When we described process states, we described the "waiting or blocking" state as the state a process finds itself in when it is not running nor ready to run. What are the differences between waiting and blocking? Under what conditions would a process find itself in the waiting state, and under what conditions would it be in the blocking state?
2:
Find the kernel code where a process is set from a running state to the blocked state. To put it another way, find where the state of the current->state goes from TASK_RUNNING to TASK_STOPPED.
3:
To get an idea of how long it would take a counter to "roll over," do the following calculations. If a 64-bit decrementer runs at 500MHz, how long would it take to terminate with the following values?
0x000000000000ffff
0x00000000ffffffff
0xffffffffffffffff
4:
Older versions of Linux used sti() and cli() to disable interrupts when a section of code should not be interrupted. The newer versions of Linux use spin_lock() instead.
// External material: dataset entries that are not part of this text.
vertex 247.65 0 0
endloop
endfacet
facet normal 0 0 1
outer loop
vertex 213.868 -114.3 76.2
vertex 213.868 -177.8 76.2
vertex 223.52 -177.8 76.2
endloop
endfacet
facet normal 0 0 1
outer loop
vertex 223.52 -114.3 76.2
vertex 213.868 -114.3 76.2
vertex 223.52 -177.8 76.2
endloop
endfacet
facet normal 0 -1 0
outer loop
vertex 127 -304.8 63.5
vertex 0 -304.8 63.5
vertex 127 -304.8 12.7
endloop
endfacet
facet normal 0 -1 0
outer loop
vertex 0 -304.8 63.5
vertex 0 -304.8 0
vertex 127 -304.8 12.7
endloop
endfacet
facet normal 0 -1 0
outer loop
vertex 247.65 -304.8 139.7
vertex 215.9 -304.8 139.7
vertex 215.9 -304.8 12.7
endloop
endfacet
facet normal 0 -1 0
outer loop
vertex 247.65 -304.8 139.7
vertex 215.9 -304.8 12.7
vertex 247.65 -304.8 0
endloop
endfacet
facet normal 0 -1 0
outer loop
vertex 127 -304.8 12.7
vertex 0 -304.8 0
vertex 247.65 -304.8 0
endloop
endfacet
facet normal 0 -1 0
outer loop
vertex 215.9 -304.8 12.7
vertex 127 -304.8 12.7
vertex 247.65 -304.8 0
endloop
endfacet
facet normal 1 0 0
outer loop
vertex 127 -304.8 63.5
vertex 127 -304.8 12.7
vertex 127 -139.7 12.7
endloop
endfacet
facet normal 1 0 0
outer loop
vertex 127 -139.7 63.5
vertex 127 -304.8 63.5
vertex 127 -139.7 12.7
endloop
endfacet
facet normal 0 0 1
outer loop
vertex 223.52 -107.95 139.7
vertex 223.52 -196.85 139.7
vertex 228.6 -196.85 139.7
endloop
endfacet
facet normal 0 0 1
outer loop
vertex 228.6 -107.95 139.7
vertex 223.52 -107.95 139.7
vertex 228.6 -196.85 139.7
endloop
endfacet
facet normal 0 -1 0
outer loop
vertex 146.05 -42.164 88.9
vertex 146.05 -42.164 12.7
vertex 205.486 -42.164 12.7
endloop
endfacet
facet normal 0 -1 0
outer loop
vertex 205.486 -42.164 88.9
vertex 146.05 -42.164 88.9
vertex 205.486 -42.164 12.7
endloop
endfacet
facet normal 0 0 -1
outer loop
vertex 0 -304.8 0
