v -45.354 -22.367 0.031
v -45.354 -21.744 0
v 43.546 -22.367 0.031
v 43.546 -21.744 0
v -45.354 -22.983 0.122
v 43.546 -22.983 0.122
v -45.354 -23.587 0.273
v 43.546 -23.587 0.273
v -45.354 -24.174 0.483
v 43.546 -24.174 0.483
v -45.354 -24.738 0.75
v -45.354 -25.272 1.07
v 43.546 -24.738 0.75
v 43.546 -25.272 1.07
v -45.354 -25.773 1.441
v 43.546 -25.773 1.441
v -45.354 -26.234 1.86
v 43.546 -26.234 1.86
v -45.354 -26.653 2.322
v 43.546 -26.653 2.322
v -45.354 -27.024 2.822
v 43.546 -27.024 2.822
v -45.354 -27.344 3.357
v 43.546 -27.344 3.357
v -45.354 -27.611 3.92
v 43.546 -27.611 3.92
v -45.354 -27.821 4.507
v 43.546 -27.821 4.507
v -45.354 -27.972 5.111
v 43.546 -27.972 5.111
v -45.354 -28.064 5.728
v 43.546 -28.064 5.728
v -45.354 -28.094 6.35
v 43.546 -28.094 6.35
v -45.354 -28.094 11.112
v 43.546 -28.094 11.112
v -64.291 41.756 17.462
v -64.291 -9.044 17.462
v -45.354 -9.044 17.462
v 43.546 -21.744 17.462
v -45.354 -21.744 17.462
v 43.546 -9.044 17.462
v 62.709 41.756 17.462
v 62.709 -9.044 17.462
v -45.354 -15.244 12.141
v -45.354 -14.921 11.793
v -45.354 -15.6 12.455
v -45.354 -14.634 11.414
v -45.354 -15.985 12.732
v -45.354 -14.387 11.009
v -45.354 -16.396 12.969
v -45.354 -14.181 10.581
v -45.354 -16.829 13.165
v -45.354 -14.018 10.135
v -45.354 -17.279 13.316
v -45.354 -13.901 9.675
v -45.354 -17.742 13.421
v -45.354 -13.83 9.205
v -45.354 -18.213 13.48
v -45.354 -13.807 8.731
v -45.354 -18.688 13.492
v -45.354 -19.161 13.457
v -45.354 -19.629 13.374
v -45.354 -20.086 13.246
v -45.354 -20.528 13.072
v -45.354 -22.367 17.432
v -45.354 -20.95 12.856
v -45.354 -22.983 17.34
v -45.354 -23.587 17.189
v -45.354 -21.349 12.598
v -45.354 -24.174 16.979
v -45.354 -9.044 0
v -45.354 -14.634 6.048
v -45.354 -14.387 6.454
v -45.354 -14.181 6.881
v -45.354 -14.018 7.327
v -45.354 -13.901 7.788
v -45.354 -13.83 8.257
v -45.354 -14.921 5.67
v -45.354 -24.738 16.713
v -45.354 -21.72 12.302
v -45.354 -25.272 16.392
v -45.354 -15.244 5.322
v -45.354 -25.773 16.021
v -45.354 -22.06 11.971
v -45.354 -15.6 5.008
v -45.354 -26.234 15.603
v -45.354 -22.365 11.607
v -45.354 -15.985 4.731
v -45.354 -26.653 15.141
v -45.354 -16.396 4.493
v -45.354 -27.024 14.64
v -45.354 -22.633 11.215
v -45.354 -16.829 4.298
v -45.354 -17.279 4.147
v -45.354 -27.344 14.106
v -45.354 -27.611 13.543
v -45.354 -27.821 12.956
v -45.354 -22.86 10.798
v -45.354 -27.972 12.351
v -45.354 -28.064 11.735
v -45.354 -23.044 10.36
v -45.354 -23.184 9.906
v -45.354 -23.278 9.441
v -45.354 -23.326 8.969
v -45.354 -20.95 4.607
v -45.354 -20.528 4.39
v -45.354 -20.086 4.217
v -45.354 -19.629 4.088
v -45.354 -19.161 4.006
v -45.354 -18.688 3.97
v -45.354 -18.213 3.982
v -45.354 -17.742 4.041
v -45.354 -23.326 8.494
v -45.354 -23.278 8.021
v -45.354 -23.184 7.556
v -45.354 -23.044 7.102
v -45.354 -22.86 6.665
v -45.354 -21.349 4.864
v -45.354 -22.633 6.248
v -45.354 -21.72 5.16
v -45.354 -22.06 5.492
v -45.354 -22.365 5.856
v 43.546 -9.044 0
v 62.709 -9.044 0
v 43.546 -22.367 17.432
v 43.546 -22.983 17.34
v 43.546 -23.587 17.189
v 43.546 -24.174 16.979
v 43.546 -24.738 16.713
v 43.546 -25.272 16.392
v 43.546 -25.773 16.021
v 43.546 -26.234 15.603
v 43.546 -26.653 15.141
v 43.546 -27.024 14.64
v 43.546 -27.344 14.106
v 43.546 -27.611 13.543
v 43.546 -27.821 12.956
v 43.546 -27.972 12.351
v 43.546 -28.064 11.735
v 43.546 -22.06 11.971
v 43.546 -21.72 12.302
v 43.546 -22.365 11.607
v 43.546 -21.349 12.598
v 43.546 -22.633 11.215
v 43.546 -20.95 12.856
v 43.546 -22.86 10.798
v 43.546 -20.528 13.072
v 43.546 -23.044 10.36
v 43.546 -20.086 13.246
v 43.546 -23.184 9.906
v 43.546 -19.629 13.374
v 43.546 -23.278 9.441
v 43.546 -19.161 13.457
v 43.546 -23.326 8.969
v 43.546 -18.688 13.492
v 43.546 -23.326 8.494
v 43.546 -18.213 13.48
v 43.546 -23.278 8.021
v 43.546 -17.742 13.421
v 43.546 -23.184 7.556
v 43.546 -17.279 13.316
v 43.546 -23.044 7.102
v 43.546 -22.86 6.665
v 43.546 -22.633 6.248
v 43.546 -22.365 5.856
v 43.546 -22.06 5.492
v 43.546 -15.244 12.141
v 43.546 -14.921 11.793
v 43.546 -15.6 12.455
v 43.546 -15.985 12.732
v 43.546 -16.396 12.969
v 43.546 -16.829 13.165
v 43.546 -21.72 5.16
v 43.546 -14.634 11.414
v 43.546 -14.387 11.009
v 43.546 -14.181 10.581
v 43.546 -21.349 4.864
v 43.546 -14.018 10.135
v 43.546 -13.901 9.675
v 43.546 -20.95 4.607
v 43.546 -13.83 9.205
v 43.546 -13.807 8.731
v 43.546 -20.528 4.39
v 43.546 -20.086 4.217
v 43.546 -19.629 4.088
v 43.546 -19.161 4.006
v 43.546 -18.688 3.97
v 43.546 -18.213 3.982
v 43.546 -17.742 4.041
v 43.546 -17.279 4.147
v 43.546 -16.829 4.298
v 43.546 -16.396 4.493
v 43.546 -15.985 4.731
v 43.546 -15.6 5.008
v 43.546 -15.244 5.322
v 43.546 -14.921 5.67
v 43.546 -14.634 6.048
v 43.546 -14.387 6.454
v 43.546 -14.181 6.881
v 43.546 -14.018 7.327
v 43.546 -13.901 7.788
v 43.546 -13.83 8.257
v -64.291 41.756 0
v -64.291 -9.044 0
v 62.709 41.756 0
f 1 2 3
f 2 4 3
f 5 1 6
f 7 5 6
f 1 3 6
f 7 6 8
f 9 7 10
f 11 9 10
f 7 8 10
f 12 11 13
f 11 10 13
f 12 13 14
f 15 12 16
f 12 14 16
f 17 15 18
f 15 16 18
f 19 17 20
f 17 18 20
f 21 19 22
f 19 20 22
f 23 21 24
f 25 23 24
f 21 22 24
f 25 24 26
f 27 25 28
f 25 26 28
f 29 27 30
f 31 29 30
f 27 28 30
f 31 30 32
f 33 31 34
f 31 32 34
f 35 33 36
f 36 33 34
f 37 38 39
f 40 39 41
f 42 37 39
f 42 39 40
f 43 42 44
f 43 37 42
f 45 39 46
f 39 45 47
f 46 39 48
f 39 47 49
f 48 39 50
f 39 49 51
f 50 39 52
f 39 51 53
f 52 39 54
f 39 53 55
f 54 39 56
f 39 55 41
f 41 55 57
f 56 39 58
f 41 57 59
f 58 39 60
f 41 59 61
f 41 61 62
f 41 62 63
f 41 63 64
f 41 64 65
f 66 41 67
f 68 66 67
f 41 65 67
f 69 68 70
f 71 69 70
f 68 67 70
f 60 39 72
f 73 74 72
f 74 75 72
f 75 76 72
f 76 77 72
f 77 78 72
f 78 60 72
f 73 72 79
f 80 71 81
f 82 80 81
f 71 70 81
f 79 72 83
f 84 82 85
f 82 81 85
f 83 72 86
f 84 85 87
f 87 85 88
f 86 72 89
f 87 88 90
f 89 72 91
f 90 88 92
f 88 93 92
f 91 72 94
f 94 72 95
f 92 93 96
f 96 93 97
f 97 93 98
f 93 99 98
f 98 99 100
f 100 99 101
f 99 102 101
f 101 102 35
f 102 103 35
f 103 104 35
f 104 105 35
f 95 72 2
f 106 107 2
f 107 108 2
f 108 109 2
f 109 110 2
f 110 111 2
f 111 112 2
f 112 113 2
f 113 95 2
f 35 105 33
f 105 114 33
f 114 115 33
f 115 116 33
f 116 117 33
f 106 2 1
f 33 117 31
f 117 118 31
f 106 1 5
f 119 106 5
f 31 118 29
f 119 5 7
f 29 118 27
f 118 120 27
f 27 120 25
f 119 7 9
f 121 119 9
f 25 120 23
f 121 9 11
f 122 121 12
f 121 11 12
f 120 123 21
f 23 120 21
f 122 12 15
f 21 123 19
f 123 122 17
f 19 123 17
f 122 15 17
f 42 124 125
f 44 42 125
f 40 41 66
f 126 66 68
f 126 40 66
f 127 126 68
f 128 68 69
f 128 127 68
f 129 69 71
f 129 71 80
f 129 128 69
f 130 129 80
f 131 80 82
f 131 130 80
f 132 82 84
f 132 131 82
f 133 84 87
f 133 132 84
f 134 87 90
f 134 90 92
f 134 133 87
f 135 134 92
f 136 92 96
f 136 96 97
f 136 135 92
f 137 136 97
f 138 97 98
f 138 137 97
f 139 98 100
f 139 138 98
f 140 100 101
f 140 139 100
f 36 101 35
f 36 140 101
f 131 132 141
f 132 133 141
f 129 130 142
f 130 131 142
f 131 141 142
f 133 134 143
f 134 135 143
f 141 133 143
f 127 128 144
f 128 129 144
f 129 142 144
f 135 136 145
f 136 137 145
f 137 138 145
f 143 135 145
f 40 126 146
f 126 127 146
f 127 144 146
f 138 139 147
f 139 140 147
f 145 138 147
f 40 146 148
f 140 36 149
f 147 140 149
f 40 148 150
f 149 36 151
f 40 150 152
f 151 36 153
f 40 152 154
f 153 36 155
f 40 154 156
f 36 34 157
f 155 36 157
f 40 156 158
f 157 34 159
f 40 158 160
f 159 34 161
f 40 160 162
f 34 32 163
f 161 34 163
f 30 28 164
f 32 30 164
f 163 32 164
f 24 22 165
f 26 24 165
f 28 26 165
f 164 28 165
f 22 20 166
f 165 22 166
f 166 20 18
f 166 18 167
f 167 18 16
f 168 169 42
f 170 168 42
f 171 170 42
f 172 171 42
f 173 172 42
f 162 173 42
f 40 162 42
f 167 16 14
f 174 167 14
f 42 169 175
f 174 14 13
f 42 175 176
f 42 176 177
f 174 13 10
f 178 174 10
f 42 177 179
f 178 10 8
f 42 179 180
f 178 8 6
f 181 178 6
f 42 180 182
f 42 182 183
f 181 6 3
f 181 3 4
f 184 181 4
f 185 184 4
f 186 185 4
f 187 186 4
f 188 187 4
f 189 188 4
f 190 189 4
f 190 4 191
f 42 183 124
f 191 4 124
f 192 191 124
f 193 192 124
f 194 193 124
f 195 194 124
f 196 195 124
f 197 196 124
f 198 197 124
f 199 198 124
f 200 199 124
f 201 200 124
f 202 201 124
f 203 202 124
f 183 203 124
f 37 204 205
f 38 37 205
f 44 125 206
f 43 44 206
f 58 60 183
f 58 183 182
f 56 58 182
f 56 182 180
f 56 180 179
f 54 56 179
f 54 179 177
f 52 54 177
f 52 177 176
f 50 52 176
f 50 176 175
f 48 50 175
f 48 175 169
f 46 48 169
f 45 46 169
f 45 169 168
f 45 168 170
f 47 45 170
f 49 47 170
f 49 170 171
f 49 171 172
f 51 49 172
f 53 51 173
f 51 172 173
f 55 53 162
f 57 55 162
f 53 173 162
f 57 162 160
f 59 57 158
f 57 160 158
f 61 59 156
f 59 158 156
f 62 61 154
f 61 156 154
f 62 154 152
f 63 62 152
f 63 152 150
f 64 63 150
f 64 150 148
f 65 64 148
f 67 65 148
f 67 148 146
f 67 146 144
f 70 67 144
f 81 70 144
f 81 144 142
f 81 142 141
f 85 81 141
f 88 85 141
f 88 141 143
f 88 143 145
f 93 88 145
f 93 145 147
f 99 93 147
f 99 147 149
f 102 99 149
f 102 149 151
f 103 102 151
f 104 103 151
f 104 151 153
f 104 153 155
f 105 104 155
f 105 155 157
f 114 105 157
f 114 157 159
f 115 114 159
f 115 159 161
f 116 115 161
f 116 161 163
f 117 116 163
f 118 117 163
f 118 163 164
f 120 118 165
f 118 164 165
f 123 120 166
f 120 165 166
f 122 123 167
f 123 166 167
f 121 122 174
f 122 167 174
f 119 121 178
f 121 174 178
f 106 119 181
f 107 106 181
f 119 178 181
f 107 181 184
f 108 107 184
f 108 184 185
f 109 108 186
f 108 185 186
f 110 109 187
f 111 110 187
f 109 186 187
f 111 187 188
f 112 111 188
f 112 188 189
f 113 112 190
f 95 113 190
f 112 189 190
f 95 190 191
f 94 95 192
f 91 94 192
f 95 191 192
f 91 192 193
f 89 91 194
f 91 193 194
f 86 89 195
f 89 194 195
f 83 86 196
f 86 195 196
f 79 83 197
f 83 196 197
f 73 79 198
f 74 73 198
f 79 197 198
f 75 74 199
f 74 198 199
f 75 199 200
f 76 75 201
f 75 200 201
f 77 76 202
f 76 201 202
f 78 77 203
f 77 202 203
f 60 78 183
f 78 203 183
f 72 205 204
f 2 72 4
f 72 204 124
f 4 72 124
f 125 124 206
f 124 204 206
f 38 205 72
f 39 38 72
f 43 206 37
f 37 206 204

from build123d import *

# Parameters (mm, degrees)
F1_DEPTH = 17.4625
F3_D     = 9.525
F4_R     = 6.35


with BuildPart() as f1:
    # F0 (on Top) → F1 (new body)
    with BuildSketch(Plane.XY):
        Polygon((62.708709, 41.755856), (-64.291291, 41.755856), (-64.291291, -9.044144), (-45.354009, -9.044144), (-45.354009, -28.094144), (43.545991, -28.094144), (43.545991, -9.044144), (62.708709, -9.044144), align=None)
    extrude(amount=F1_DEPTH)

    # F3 (through all)
    with Locations(Plane(origin=(-45.354009, 0, 0), x_dir=(0, -1, 0), z_dir=(-1, 0, 0))):
        with Locations((18.569144, 8.73125)):
            Hole(F3_D / 2)

    # F4
    f4_edges = [f1.edges().sort_by_distance(p)[0] for p in [
        (-0.904009, -28.094144, 17.4625),
        (-0.904009, -28.094144, 0),
    ]]
    fillet(f4_edges, radius=F4_R)


solid = f1.part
What is the main advantage of the spinlock?
5:
How does the x86 routine do_IRQ() and the PPC routine ppc_irq_dispatch_handler() allow for shared interrupts?
6:
Why is it not recommended that a system call be accessed from kernel code?
7:
How many run queues are there per CPU on a Linux system running the 2.6 kernel?
8:
When a process forks a new process, does Linux require it to give up some of its timeslice? If so, why?
9:
How can processes get reinserted into the active priority array of a run queue after their timeslice has expired? What is a normal process' priority range? What about real-time processes?